### YOUR INSTRUCTIONS:
Give again, exactly as written, each line of the material below starting at the line that contains "#50=VERTEX_POINT('',#49);" and ending at the line that contains "#69=VERTEX_POINT('',#68);". Both ends count, and no other line does.

··· MATERIAL FOR THIS EXERCISE

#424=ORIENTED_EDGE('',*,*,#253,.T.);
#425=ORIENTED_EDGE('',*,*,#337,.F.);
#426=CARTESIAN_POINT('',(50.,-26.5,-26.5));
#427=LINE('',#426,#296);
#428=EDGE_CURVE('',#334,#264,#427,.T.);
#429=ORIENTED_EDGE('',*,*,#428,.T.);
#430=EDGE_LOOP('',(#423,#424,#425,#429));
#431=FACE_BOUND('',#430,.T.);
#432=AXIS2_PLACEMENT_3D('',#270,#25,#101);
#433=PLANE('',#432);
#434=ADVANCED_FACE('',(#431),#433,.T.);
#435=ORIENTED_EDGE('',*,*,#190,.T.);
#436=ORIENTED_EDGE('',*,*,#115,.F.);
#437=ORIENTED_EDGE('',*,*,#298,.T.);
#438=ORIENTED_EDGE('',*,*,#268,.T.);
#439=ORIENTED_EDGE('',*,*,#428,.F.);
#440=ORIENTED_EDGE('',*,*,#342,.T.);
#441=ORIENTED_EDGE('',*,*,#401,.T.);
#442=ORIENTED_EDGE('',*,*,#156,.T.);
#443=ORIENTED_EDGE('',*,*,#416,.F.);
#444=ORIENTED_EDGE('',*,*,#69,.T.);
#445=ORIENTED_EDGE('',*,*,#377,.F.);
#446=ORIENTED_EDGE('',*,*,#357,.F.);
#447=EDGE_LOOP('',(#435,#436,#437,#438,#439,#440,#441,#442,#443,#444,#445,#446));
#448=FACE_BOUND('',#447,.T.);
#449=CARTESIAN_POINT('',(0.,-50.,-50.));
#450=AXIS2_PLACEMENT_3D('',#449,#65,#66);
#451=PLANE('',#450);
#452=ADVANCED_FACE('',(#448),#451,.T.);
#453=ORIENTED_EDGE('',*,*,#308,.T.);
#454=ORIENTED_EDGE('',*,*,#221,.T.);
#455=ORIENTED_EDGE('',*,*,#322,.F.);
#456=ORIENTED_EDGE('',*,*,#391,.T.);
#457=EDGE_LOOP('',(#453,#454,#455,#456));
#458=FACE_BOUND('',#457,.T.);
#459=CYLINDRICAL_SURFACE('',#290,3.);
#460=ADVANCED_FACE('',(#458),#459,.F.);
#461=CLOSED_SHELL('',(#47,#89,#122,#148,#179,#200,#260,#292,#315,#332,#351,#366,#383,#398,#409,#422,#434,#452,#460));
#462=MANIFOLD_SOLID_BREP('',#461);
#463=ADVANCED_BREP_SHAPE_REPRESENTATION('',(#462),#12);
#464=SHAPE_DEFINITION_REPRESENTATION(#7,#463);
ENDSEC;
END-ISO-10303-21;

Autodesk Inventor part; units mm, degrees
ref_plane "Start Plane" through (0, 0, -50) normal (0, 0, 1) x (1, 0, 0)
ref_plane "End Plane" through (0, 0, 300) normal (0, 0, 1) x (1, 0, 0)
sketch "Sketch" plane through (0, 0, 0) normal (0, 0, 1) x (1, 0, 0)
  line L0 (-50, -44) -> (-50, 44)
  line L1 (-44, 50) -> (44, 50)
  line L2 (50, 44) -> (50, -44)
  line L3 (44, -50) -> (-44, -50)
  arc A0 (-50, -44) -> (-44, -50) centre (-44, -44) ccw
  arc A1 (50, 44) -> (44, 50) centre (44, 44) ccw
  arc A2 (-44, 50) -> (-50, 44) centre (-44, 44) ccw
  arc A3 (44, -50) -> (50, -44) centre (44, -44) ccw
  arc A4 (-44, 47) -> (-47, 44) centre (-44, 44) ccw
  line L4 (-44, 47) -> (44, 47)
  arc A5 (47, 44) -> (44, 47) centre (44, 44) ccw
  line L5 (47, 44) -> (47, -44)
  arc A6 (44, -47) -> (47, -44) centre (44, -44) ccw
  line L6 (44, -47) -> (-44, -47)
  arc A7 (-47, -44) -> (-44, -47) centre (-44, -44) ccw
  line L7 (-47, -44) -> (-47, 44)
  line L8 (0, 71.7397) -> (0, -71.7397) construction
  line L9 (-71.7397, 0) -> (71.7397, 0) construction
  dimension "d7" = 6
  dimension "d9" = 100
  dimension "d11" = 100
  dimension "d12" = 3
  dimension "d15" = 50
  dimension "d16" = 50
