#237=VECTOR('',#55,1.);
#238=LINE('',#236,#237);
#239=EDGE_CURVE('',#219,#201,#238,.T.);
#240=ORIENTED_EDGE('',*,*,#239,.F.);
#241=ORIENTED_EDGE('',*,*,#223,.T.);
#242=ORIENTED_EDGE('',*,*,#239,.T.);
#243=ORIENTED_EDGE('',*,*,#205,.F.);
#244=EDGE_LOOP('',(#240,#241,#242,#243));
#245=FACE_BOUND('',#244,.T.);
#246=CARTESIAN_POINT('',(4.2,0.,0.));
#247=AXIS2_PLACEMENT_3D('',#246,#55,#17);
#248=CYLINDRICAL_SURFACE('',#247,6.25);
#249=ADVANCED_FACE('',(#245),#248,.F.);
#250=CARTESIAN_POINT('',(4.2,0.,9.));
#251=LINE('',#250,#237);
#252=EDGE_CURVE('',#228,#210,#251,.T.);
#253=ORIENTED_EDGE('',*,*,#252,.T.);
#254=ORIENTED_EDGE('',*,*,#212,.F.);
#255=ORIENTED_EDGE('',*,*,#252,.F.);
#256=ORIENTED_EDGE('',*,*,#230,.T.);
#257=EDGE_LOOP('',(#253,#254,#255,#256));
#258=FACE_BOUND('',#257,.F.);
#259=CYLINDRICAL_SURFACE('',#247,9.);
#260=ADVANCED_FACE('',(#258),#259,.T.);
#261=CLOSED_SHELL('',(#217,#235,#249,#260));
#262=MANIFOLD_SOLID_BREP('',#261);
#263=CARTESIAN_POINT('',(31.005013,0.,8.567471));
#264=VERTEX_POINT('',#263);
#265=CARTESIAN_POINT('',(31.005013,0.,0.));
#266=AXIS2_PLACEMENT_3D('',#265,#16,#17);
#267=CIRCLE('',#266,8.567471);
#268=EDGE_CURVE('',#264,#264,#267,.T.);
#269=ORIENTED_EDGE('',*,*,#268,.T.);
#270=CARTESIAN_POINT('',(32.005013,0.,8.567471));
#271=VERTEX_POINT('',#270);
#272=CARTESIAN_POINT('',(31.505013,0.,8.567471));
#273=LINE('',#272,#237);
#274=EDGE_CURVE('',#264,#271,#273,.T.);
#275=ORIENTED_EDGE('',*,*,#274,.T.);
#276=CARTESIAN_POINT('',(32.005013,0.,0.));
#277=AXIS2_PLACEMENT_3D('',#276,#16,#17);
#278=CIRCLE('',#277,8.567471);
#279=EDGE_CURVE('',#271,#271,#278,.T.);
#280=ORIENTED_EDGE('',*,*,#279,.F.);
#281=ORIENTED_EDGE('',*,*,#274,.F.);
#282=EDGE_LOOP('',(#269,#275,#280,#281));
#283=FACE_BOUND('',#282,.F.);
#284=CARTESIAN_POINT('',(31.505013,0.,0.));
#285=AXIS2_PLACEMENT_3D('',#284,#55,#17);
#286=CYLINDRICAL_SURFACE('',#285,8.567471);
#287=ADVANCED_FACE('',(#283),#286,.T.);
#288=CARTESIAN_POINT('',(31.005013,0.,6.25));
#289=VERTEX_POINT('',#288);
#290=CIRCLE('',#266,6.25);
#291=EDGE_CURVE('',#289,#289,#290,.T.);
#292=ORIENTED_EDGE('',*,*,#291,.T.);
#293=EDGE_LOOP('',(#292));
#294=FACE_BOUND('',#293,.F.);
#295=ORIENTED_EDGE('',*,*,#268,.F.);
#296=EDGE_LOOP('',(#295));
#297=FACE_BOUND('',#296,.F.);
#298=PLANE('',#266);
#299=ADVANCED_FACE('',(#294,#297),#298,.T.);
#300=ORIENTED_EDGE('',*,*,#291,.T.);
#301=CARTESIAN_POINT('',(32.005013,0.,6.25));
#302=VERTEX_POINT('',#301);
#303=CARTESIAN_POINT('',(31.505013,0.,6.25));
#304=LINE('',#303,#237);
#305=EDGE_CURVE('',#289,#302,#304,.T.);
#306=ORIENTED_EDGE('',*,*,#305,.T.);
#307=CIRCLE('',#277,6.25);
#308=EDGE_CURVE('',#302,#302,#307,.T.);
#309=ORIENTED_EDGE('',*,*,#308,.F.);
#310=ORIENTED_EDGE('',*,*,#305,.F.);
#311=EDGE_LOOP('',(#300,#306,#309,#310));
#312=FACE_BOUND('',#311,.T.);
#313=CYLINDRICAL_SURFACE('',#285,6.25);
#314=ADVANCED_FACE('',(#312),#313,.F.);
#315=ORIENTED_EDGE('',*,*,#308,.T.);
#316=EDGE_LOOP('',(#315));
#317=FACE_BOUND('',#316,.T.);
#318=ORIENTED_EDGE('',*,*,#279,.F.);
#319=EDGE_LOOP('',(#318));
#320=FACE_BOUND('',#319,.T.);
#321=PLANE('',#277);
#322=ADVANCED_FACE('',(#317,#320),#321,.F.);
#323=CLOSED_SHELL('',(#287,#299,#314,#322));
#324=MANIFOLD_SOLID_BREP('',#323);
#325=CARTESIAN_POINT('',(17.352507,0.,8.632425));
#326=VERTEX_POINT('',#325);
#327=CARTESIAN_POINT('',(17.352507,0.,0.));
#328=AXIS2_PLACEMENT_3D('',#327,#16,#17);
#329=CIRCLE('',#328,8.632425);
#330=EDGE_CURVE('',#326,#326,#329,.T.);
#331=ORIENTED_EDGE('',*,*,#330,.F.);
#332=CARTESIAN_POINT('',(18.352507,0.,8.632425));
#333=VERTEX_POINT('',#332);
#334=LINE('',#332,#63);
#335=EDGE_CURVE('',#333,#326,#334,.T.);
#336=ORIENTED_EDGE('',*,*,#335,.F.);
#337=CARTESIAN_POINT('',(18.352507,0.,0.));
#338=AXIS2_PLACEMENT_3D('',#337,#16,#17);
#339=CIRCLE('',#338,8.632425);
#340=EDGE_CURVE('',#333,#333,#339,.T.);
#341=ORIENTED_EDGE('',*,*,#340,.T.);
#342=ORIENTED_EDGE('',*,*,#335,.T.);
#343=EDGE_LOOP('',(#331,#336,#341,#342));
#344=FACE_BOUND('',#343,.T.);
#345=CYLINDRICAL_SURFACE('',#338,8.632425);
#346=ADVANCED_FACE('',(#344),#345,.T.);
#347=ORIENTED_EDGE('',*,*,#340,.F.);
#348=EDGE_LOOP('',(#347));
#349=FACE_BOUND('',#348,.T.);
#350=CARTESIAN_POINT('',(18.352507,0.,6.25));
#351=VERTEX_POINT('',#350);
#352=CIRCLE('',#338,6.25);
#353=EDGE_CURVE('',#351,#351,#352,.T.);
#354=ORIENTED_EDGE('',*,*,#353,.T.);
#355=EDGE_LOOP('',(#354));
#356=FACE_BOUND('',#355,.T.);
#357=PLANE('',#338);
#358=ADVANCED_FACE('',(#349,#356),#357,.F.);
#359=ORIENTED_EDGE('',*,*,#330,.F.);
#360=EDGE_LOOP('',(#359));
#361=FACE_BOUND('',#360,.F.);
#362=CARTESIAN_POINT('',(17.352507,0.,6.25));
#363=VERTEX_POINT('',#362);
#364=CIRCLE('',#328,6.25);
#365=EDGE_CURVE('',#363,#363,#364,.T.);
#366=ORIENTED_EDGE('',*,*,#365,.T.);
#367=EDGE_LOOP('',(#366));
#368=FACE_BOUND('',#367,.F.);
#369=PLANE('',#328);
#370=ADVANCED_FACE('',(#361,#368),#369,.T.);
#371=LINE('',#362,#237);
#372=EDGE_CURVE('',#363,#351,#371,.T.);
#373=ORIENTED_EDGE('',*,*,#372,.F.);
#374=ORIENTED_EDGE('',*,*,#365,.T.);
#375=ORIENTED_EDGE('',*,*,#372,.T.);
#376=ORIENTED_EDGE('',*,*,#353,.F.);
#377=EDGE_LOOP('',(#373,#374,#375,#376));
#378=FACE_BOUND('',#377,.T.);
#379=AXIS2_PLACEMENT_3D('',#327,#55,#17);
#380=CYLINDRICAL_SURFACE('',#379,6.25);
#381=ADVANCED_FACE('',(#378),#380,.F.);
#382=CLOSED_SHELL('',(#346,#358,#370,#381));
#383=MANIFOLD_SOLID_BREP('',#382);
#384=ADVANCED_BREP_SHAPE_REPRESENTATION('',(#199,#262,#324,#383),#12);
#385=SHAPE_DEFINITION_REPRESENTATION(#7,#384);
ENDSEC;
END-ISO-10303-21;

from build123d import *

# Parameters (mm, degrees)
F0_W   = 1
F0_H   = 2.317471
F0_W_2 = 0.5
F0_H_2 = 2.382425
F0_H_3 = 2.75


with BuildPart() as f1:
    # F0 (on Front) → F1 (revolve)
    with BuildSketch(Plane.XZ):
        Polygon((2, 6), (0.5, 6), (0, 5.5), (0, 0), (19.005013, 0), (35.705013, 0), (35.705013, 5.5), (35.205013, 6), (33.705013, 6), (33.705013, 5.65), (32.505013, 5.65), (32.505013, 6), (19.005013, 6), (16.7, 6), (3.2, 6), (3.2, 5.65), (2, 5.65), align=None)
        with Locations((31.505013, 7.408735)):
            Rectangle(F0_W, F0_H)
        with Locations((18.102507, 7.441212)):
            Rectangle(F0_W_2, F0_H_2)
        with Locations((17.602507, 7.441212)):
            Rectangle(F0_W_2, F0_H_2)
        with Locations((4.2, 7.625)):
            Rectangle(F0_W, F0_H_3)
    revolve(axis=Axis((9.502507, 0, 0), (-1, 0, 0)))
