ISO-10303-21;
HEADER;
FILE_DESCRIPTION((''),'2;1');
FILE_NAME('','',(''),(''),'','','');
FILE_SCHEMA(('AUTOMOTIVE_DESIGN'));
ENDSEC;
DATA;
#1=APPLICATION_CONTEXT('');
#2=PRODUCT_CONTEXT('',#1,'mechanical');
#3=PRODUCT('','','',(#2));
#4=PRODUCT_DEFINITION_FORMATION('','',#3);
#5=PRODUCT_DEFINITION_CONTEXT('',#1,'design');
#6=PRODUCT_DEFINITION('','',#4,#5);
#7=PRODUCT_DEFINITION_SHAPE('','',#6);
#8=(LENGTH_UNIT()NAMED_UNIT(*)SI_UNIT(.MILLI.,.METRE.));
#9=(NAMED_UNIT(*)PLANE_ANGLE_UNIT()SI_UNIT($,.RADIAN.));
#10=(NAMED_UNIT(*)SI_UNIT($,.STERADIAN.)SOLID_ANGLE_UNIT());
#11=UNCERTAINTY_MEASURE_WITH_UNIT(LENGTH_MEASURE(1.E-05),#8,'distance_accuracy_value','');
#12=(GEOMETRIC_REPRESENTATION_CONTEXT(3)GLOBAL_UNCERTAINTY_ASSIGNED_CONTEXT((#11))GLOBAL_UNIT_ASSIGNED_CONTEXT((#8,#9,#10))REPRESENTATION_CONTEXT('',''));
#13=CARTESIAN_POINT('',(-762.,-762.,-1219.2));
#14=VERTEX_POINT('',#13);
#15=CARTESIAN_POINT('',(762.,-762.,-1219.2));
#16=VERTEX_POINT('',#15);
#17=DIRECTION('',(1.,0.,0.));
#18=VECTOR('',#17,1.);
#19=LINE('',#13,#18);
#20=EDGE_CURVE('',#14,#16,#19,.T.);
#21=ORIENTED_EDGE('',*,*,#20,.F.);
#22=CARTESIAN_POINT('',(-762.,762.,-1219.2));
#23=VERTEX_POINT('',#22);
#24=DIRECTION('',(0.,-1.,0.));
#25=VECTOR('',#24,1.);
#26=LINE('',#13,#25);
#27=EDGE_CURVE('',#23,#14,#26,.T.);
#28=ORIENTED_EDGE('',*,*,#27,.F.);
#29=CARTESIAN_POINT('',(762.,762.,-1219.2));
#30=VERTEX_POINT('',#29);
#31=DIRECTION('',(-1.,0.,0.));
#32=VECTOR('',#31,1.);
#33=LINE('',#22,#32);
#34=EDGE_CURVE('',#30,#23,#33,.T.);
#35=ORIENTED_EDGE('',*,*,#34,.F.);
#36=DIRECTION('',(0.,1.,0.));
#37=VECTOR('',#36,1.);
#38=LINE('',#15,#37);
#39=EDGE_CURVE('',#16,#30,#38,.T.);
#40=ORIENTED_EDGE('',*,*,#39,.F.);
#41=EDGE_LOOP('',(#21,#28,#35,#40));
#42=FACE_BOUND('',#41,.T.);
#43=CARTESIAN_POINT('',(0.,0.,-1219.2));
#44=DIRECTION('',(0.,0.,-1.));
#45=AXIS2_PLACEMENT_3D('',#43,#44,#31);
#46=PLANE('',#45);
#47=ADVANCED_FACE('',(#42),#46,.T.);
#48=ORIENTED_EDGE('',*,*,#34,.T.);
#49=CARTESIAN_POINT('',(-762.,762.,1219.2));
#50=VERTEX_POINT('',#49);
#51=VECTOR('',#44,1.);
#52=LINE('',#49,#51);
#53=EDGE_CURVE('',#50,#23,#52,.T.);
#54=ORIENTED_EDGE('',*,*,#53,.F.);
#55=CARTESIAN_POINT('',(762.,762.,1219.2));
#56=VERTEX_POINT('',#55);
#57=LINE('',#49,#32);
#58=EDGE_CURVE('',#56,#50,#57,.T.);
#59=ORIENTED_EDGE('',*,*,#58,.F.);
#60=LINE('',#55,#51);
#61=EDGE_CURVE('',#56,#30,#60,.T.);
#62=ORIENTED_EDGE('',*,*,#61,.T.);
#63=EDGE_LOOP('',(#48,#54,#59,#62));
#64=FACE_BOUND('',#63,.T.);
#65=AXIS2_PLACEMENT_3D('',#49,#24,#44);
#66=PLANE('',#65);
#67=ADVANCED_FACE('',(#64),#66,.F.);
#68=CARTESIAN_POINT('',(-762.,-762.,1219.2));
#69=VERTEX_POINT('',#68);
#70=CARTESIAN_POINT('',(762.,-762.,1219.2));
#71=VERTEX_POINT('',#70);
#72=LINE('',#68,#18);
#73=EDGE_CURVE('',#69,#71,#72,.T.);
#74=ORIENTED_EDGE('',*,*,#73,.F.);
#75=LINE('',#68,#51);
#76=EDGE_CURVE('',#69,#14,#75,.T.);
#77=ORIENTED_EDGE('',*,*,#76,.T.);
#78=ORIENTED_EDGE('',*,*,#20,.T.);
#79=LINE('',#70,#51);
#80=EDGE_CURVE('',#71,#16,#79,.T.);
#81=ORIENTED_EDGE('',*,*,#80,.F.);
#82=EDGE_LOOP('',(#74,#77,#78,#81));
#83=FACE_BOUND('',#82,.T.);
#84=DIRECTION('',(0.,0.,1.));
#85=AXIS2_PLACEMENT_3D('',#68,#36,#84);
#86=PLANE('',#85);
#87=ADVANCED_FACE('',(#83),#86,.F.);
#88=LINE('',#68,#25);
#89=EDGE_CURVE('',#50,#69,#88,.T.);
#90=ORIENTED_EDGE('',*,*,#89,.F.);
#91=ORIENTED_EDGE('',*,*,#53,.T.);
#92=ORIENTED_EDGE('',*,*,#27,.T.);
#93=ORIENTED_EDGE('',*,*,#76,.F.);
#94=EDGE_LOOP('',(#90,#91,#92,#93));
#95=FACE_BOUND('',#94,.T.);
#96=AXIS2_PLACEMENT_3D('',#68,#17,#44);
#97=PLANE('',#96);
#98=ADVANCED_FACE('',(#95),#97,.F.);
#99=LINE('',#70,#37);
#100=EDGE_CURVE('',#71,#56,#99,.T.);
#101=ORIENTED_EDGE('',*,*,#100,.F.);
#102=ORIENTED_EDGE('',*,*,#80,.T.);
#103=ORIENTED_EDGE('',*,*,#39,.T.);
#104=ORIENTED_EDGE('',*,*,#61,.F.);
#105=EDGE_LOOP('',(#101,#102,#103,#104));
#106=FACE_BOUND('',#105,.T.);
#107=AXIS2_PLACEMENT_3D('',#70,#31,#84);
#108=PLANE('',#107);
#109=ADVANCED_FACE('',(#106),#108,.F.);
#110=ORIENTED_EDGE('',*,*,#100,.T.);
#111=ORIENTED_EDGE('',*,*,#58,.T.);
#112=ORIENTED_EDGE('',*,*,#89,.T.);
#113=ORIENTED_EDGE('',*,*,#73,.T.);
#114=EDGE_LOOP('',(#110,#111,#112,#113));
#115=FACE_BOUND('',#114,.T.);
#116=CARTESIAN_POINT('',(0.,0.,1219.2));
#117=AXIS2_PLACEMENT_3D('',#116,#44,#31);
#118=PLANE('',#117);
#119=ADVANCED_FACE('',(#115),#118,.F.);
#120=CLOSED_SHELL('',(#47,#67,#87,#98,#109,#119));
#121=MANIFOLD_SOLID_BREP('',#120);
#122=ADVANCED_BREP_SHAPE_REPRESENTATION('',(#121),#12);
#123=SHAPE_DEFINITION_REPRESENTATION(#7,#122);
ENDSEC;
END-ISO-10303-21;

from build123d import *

# Parameters (mm, degrees)
SKETCH1_W                                    = 1524
SKETCH1_H                                    = 1524
ILLUMINANCE_PLANE_2_12_2019_5_16_28_PM_DEPTH = 1219.2


with BuildPart() as part:
    # Sketch1 → Illuminance Plane 2-12-2019 5_16_28 PM (new, symmetric)
    with BuildSketch(Plane.XY):
        Rectangle(SKETCH1_W, SKETCH1_H)
    extrude(amount=ILLUMINANCE_PLANE_2_12_2019_5_16_28_PM_DEPTH, both=True)


solid = part.part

······

### SOLUTION FOR THIS TASK:
#50=VERTEX_POINT('',#49);
#51=VECTOR('',#44,1.);
#52=LINE('',#49,#51);
#53=EDGE_CURVE('',#50,#23,#52,.T.);
#54=ORIENTED_EDGE('',*,*,#53,.F.);
#55=CARTESIAN_POINT('',(762.,762.,1219.2));
#56=VERTEX_POINT('',#55);
#57=LINE('',#49,#32);
#58=EDGE_CURVE('',#56,#50,#57,.T.);
#59=ORIENTED_EDGE('',*,*,#58,.F.);
#60=LINE('',#55,#51);
#61=EDGE_CURVE('',#56,#30,#60,.T.);
#62=ORIENTED_EDGE('',*,*,#61,.T.);
#63=EDGE_LOOP('',(#48,#54,#59,#62));
#64=FACE_BOUND('',#63,.T.);
#65=AXIS2_PLACEMENT_3D('',#49,#24,#44);
#66=PLANE('',#65);
#67=ADVANCED_FACE('',(#64),#66,.F.);
#68=CARTESIAN_POINT('',(-762.,-762.,1219.2));
#69=VERTEX_POINT('',#68);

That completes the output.